The culinary student only stayed with me for a few months, and it wasn’t like I was a great cook when he left. The difference was that thanks to his tutelage, I became confident in the kitchen. I took my time. I’d try different things. I wouldn’t worry how it came out. I learned how to make some delicious dishes over the years: Persian okra stew, seared salmon, a black bean and quinoa bowl, and all sorts of soups. I even bought an immersian blender.
When the pandemic came, I was ready to take it to another level. First, I was able to finally move in with my long-distance boyfriend of many years because I could teach remotely and so I had someone to cook for. Second, I had more time on my hands. Third, well, the Internet. There it is with all those handy videos.
My boyfriend (six month into the pandemic he became my husband) was the perfect person to cook for. He’s not a foodie, but he likes just about everything I fix. Unlike my former husband who would have criticized Jesus for not walking fast enough across the lake, my current spouse can always find something nice about whatever I put on the plate from plain old beans and rice to pasta primavera.
So I’ve been having fun. I’ve experimented with a few rudimentary Asian dishes — shrimp stir fry with brown sauce, shrimp fried rice with oyster sauce and toasted sesame oil, and vegetables with cashews. I’ve made black-eyed peas and black bean soup (successfully!) from dried beans. I made a to-die-for butternut squash soup, a leek soup for a friend who had Covid, and pumpkin chili with black beans and garbanzo beans.

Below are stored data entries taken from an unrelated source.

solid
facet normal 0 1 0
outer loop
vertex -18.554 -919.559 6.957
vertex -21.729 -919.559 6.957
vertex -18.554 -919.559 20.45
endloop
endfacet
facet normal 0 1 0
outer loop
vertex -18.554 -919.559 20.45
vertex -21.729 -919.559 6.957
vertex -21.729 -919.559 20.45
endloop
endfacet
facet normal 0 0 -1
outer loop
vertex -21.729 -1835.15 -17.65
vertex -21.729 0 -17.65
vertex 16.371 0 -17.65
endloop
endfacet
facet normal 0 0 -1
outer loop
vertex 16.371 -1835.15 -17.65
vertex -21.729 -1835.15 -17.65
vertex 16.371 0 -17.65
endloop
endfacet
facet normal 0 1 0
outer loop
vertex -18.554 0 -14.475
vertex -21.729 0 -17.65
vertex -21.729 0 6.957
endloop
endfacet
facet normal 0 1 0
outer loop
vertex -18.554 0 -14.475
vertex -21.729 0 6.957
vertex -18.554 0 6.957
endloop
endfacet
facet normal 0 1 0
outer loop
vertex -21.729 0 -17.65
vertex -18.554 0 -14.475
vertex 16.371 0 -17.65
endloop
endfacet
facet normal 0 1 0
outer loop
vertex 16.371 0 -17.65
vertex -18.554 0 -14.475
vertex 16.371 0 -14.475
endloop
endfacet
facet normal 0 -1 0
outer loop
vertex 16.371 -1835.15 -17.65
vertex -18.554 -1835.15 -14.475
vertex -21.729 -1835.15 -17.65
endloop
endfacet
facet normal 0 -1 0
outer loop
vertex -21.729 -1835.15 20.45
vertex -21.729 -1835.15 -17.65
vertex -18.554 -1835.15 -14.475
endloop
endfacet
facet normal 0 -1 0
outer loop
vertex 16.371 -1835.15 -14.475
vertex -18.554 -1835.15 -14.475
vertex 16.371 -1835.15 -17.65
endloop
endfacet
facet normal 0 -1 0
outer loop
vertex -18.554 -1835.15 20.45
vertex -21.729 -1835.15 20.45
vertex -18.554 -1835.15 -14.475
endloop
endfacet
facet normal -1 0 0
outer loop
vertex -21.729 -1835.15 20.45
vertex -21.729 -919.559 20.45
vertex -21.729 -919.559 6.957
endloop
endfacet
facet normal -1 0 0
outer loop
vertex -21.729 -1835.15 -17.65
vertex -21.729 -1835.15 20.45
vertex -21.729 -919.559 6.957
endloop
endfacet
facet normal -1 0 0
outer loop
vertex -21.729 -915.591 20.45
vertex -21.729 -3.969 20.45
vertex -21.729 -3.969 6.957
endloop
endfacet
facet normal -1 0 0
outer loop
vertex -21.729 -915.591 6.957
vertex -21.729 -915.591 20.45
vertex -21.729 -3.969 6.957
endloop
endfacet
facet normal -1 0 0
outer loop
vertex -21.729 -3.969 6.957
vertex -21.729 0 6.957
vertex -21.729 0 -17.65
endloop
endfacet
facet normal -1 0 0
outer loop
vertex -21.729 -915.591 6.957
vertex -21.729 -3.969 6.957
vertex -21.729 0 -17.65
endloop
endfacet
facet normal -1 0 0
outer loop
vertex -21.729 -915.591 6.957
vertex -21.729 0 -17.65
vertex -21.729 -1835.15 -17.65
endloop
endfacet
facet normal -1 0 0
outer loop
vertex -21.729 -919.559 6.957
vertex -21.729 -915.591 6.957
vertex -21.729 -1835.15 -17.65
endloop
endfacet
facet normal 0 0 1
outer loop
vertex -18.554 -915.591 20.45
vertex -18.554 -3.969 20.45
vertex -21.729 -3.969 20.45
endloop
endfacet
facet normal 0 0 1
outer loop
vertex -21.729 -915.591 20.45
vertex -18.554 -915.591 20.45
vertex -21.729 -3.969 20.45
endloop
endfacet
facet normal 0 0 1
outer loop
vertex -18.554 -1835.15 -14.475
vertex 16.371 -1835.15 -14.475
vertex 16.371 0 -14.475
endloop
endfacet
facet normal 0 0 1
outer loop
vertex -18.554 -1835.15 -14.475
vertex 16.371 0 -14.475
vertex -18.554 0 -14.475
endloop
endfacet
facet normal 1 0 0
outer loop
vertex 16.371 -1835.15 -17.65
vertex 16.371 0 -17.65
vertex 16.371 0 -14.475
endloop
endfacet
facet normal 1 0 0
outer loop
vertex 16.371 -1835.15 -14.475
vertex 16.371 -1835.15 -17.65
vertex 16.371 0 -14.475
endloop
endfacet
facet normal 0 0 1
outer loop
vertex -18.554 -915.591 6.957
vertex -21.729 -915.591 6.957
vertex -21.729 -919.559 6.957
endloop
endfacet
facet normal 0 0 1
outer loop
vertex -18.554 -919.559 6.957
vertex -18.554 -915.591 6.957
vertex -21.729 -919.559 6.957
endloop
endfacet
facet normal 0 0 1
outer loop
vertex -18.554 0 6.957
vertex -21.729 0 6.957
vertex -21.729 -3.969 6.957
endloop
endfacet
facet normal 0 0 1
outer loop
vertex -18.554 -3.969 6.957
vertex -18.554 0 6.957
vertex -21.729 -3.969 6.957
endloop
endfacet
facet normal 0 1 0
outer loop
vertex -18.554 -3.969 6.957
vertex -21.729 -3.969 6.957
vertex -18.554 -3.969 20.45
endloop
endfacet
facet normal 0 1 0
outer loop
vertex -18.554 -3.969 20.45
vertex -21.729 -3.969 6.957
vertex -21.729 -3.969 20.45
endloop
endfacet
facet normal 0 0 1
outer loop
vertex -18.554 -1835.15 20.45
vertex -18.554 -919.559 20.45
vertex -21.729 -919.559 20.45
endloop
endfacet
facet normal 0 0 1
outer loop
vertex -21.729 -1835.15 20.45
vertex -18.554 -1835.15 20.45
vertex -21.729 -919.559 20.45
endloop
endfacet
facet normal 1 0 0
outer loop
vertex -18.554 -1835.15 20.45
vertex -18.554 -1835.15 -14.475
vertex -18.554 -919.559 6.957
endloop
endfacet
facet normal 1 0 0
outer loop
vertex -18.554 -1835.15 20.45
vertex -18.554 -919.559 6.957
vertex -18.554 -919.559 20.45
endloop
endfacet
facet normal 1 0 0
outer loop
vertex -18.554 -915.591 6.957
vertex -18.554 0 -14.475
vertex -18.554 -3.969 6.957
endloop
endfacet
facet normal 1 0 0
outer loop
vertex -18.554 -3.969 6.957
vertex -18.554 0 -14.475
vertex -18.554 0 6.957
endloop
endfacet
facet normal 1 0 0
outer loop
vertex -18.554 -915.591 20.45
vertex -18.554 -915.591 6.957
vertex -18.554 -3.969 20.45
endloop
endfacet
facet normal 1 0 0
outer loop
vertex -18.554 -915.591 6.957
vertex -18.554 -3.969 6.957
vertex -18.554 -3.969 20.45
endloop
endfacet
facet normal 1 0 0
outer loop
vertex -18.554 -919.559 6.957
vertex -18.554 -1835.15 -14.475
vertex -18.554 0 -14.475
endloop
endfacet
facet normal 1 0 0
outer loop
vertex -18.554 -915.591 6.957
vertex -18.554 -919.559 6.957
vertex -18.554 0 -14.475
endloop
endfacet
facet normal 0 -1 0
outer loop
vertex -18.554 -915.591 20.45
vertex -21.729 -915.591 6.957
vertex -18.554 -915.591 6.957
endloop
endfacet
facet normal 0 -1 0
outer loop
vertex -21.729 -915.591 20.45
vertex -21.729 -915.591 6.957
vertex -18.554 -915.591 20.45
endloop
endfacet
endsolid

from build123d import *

# Parameters (mm, degrees)
F1_DEPTH = 1835.15
F2_W     = 3.96875
F2_H     = 13.49375
F3_DEPTH = 25.4


with BuildPart() as f1:
    # F0 (on Front) → F1 (new body)
    with BuildSketch(Plane.XZ):
        Polygon((-18.553972, 20.450408), (-21.728972, 20.450408), (-21.728972, -17.649592), (16.371028, -17.649592), (16.371028, -14.474592), (-18.553972, -14.474592), align=None)
    extrude(amount=F1_DEPTH)

    # F2 (on face) → F3 (cut)
    with BuildSketch(Plane(origin=(-21.728972, 0, 0), x_dir=(0, -1, 0), z_dir=(-1, 0, 0))):
        with Locations((917.575, 13.703533)):
            Rectangle(F2_W, F2_H)
        with Locations((1.984375, 13.703533)):
            Rectangle(F2_W, F2_H)
    extrude(amount=-F3_DEPTH, mode=Mode.SUBTRACT)


solid = f1.part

I’ve picked chantarelle mushrooms from the ground and made creamed mushrooms on toast, mushrooms with pasta, and mushroom rice. I’ve roasted golden beets, a variety of squashes, brussels sprouts and sweet potatoes, red peppers for a cream cheese dip, and cherry tomatoes to put on penne. I’ve learned how to actually use tofu, including a veggie tofu scramble with turmeric and a delicious tofu barbecue sandwich. And my cast-iron skillet cornbread will melt in your mouth. The coup de grace was the caramel pecan cheesecake I made for my husband’s birthday.
I realize that I’m incredibly fortunate to have had this time to indulge in something I love doing. I haven’t had to deal with the grief of losing a loved one to Covid. I’ve been lucky enough to be able to work when so many others have scrambled for a living.
Life hasn’t always been so kind to me, but it’s given me a pass this time — at least so far. If the pandemic has taught us anything, it’s that we don’t what tomorrow will bring. I’m not glad we all had to go through this, but I am glad that I have finally become something I’ve always longed to be: a pretty good cook.